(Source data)
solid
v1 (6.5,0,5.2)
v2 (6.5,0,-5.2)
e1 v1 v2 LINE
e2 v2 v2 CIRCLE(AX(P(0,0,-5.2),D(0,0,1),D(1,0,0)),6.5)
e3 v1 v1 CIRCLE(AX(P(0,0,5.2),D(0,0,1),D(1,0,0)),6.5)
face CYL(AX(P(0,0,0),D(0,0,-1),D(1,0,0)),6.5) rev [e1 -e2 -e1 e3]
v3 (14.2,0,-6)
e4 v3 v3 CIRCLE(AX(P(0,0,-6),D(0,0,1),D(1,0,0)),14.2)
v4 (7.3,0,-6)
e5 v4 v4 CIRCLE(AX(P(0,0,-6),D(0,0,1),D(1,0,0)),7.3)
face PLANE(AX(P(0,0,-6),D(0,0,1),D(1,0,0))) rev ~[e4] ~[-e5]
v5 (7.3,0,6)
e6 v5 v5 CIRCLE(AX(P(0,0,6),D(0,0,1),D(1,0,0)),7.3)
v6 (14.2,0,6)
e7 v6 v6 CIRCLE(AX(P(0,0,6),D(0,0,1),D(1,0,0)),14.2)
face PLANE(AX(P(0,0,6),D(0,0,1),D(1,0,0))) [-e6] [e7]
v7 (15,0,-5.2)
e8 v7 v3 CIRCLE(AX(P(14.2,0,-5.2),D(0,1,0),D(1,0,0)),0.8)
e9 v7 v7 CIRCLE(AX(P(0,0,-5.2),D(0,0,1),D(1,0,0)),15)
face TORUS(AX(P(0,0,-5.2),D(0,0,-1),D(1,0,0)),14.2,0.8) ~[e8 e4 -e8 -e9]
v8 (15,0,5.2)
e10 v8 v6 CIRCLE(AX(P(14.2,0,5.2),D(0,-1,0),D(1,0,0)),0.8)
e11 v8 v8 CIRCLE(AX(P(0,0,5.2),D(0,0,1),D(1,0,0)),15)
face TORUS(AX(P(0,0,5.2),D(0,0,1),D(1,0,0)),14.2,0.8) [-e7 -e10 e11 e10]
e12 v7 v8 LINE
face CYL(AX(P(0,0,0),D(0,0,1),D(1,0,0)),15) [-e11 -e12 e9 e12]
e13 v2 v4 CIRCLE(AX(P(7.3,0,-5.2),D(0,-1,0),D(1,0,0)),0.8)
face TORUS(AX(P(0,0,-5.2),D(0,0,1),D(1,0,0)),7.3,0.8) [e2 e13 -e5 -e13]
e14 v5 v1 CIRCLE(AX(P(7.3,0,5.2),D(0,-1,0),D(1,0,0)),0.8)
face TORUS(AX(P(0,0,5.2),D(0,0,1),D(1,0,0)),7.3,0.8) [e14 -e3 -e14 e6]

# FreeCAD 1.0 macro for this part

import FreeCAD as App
import Part
import Sketcher

V = App.Vector
Q = App.Units.Quantity


def edges_at(feature, points):
    """Names of the edges that pass closest to the given points."""
    edges = feature.Shape.Edges
    near = lambda p: min(range(len(edges)), key=lambda i: edges[i].distToShape(Part.Vertex(*p))[0])
    return sorted({f"Edge{near(p) + 1}" for p in points})

doc = App.newDocument("Part")
body = doc.addObject("PartDesign::Body", "Body")

# Sketch on XY plane
sketch1 = body.newObject("Sketcher::SketchObject", "Sketch")
sketch1.AttachmentSupport = (doc.getObject("XY_Plane"), [""])
sketch1.MapMode = "FlatFace"
sketch1.addGeometry([
    Part.Circle(V(0, 0, 0), V(0, 0, 1), 15),
    Part.Circle(V(0, 0, 0), V(0, 0, 1), 6),
], False)
sketch1.addConstraint([
    Sketcher.Constraint("Coincident", 0, 3, -1, 1),
    Sketcher.Constraint("Coincident", 1, 3, -1, 1),
    Sketcher.Constraint("Diameter", 0, Q("30 mm")),
    Sketcher.Constraint("Diameter", 1, Q("13 mm")),
])
pad1 = body.newObject("PartDesign::Pad", "Pad")
pad1.Profile = sketch1
pad1.Length = 12
pad1.Midplane = True
doc.recompute()

fillet = body.newObject("PartDesign::Fillet", "Fillet")
fillet.Base = (pad1, edges_at(pad1, [
    (-15, 0, -6),
    (-15, 0, 6),
    (-6.5, 0, -6),
    (-6.5, 0, 6),
]))
fillet.Radius = 0.8

doc.recompute()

Exercise details: Of the entries above, transcribe exactly those lines that fall between the line containing "face TORUS(AX(P(0,0,-5.2),D(0,0,-1),D(1,0,0)),14.2,0.8) ~[e8" and the line containing "# FreeCAD 1.0 macro for this part", together with those two lines.

Result below:
face TORUS(AX(P(0,0,-5.2),D(0,0,-1),D(1,0,0)),14.2,0.8) ~[e8 e4 -e8 -e9]
v8 (15,0,5.2)
e10 v8 v6 CIRCLE(AX(P(14.2,0,5.2),D(0,-1,0),D(1,0,0)),0.8)
e11 v8 v8 CIRCLE(AX(P(0,0,5.2),D(0,0,1),D(1,0,0)),15)
face TORUS(AX(P(0,0,5.2),D(0,0,1),D(1,0,0)),14.2,0.8) [-e7 -e10 e11 e10]
e12 v7 v8 LINE
face CYL(AX(P(0,0,0),D(0,0,1),D(1,0,0)),15) [-e11 -e12 e9 e12]
e13 v2 v4 CIRCLE(AX(P(7.3,0,-5.2),D(0,-1,0),D(1,0,0)),0.8)
face TORUS(AX(P(0,0,-5.2),D(0,0,1),D(1,0,0)),7.3,0.8) [e2 e13 -e5 -e13]
e14 v5 v1 CIRCLE(AX(P(7.3,0,5.2),D(0,-1,0),D(1,0,0)),0.8)
face TORUS(AX(P(0,0,5.2),D(0,0,1),D(1,0,0)),7.3,0.8) [e14 -e3 -e14 e6]

# FreeCAD 1.0 macro for this part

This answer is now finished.